So war meine Frage überhaupt nicht gemeint, Gumbo.

Vielmehr wollte ich darauf hinaus, daß die Breitenangabe ebenso (unter Berücksichtigung der erforderlichen Block-Level-Charakteristika) auf die Links angewendet werden kann, siehe auch meine Anmerkung zu dem überflüssigen DIV.


----------



## tantebootsy (19. Juni 2006)

Hm, irgendwo hatte ich da dann wohl schlichtweg das display:block vergessen in den Links oder Listenpunkten... Habt recht, brauche die div's gar nicht.

Das Problem mit den Wortabständen ist damit zwar leider nicht gelöst (hatte gehofft, ihr habe da noch nen Trick auf Lager ), aber ich glaube ich muss einfach in Zukunft auf fett als hover- oder aktiv-Hervorhebung verzichten. Schade eigentlich *schnüff*.

Micha


----------



## Gumbo (19. Juni 2006)

Wenn du statt einer fixen Breite lediglich eine Polsterung angibst, ist dieser Effekt zu erzielen. Dadruch „springen“ die Links allerdings aufgrund der unterschiedlichen Schriftstärken.

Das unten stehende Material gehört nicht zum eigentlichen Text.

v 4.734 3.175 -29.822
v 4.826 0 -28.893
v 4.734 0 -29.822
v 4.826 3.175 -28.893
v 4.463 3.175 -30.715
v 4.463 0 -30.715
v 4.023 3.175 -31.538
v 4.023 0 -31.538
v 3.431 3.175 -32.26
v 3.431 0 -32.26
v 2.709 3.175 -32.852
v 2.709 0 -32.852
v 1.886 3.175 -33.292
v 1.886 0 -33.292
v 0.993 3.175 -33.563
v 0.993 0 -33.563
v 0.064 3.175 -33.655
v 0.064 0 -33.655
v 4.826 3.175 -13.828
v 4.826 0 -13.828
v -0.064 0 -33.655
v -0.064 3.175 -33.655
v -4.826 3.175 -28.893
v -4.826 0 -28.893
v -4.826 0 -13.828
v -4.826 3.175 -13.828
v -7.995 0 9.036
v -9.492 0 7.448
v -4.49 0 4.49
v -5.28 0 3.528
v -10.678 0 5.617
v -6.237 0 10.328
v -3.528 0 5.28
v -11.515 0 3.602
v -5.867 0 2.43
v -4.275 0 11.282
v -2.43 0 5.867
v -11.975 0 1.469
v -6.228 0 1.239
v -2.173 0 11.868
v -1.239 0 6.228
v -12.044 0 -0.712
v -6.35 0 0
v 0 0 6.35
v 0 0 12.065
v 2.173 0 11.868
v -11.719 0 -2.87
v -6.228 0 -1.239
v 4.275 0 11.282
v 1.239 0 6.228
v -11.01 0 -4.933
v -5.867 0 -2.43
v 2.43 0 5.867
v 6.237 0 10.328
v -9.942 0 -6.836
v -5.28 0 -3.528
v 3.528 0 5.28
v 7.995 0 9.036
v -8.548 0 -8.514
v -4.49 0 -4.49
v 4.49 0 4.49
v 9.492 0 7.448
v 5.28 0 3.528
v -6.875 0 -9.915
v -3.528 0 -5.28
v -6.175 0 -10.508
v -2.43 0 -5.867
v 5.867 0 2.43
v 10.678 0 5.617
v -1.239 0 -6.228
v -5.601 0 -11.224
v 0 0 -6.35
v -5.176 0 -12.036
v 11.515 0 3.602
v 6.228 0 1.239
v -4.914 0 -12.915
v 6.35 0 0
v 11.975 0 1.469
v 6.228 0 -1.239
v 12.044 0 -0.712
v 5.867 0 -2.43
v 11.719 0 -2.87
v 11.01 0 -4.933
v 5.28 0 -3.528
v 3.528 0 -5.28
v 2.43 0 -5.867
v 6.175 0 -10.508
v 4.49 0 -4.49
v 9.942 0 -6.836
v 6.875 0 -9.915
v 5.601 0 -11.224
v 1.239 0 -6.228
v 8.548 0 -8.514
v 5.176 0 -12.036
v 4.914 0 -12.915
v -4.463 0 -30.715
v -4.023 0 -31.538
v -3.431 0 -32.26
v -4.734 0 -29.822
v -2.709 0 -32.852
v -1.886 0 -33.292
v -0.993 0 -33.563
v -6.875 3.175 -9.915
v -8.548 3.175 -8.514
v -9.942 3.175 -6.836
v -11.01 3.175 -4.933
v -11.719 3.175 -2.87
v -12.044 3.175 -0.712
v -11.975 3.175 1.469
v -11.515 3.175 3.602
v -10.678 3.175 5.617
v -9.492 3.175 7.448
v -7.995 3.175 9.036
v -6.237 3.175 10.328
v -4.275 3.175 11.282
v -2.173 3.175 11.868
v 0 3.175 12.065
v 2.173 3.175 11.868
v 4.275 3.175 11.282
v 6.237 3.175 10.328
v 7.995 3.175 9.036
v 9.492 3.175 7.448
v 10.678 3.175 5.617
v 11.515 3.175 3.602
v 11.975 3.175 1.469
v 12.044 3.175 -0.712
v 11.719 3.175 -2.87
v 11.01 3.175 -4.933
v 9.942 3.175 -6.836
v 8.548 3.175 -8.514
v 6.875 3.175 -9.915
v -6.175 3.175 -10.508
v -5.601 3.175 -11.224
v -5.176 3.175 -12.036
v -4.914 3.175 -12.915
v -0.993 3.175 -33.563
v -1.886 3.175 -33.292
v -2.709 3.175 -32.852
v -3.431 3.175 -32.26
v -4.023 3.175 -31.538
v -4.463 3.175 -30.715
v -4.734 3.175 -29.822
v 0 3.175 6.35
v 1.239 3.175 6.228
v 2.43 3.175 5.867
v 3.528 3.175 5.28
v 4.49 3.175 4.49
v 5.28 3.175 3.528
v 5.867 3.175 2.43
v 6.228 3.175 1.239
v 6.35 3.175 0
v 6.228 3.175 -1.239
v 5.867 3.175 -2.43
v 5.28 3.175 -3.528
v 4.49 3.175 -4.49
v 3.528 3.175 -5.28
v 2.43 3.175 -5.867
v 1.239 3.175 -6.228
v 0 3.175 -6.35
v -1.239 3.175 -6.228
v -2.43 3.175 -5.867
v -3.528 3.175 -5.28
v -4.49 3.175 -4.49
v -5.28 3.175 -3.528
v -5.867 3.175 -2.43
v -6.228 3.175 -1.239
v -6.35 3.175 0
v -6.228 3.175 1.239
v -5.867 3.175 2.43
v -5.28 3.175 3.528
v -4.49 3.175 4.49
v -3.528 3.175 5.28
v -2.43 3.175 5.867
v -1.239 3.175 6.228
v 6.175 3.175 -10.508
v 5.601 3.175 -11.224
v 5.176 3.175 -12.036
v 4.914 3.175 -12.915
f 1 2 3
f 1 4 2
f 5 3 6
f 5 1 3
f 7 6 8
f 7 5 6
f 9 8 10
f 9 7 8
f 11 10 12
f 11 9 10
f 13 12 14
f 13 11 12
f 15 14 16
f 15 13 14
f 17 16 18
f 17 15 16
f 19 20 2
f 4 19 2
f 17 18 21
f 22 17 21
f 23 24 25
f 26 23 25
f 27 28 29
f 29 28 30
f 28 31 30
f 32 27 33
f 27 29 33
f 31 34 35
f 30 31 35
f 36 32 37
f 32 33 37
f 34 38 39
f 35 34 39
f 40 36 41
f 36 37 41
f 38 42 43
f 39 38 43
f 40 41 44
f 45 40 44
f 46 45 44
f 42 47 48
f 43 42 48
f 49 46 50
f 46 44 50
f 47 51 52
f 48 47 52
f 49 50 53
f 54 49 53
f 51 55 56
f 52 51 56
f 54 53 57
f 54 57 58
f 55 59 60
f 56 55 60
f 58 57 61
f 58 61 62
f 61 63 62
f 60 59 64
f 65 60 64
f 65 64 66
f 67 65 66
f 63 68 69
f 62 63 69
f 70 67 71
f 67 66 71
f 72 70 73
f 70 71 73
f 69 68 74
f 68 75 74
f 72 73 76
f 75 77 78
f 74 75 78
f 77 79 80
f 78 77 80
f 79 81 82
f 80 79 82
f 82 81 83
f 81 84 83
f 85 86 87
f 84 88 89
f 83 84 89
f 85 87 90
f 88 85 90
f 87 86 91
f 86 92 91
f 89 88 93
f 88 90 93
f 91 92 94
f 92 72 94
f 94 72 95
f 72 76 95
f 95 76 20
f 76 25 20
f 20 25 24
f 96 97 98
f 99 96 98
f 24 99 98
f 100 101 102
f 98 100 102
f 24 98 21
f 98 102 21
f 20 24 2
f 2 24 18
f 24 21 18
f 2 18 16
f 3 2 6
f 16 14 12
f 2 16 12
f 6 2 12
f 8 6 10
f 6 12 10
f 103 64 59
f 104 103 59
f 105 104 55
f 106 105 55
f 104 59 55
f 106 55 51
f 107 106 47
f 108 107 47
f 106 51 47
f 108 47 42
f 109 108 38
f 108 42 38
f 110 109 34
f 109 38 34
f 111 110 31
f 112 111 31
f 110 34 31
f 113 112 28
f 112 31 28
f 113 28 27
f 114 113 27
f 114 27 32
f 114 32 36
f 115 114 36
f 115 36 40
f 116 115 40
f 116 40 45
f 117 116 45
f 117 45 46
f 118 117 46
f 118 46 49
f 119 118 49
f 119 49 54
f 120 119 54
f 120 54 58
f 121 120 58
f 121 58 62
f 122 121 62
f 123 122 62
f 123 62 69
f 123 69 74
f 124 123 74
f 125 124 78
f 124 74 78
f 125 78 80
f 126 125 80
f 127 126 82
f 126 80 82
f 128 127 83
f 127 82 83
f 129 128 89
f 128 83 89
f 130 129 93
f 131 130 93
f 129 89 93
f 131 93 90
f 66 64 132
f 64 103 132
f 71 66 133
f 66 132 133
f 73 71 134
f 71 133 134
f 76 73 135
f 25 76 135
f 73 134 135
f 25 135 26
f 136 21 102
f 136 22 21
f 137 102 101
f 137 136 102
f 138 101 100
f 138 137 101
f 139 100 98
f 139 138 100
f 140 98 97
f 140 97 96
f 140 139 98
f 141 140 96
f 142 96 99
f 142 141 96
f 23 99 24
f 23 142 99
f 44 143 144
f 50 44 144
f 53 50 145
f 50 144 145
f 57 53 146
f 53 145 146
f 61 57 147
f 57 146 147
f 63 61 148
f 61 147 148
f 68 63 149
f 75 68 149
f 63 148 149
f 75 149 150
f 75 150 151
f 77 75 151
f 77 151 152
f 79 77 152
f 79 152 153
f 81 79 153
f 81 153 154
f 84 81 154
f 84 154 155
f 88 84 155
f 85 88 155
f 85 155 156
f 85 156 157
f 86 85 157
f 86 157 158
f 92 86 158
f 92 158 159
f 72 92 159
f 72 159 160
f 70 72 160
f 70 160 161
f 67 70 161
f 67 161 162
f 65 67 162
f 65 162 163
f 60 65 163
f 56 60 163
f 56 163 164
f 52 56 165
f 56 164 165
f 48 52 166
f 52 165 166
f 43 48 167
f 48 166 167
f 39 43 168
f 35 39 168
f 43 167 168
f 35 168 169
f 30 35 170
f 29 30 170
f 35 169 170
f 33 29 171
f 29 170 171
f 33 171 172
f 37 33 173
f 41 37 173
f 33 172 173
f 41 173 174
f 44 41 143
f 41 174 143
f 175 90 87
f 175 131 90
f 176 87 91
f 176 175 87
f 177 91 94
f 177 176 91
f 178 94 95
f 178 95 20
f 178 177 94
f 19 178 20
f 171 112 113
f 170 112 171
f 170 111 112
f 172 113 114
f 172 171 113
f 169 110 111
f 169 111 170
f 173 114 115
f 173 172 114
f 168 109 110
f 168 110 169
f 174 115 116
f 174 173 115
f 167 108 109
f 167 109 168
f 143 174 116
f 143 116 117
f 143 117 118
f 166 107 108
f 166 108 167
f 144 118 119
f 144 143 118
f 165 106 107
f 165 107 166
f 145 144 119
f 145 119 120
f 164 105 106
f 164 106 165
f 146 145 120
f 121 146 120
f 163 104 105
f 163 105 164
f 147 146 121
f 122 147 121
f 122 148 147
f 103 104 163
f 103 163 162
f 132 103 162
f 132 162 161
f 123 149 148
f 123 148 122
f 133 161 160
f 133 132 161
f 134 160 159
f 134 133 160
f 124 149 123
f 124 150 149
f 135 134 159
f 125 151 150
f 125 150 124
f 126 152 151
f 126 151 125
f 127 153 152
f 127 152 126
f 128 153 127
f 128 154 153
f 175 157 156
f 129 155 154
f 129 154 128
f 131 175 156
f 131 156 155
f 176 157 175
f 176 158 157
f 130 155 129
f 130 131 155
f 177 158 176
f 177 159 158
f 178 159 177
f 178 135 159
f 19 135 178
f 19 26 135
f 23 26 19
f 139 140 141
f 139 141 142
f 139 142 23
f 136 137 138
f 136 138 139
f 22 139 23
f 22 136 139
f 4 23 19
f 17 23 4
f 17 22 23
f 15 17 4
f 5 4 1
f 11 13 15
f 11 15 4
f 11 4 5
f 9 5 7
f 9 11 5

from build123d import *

# Parameters (mm, degrees)
BOSS_EXTRUDE1_DEPTH = 3.175
FILLET1_R           = 4.7625
SKETCH2_R           = 6.35
CUT_EXTRUDE1_DEPTH  = 36.892950213


with BuildPart() as part:
    # Sketch1 → Boss-Extrude1 (new body)
    with BuildSketch(Plane(origin=(0, 0, 0), x_dir=(1, 0, 0), z_dir=(0, 1, 0))):
        with BuildLine():
            ThreePointArc((-4.826, 11.057755152), (0, -12.065), (4.826, 11.057755152))
            Line((4.826, 11.057755152), (4.826, 33.655))
            Line((4.826, 33.655), (-4.826, 33.655))
            Line((-4.826, 33.655), (-4.826, 11.057755152))
        make_face()
    extrude(amount=BOSS_EXTRUDE1_DEPTH)

    # Fillet1
    fillet1_edges = [part.edges().sort_by_distance(p)[0] for p in [
        (4.826, 1.5875, -11.057755152),
        (-4.826, 1.5875, -11.057755152),
        (-4.826, 1.5875, -33.655),
        (4.826, 1.5875, -33.655),
    ]]
    fillet(fillet1_edges, radius=FILLET1_R)

    # Sketch2 → Cut-Extrude1 (cut, through all)
    with BuildSketch(Plane(origin=(0, 3.175, 0), x_dir=(1, 0, 0), z_dir=(0, 1, 0))):
        with Locations(Location((0, 0, 0), (0, 0, 270))):
            Circle(SKETCH2_R)
    extrude(amount=-CUT_EXTRUDE1_DEPTH, mode=Mode.SUBTRACT)


solid = part.part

Übrigens kommt es auf die Media-Typ-Angabe im Antwort-Header an und nicht auf die eines meta-Elements. Demnach wird dein Dokument als stinknormales HTML behandelt, wobei der Internet Explorer durch die XML-Deklaration auch noch in den Quirks-Modus wechselt.


----------



## tantebootsy (19. Juni 2006)

Gumbo hat gesagt.:
			
		

> Wenn du statt einer fixen Breite lediglich eine Polsterung angibst, ist dieser Effekt zu erzielen. Dadruch „springen“ die Links allerdings aufgrund der unterschiedlichen Schriftstärken.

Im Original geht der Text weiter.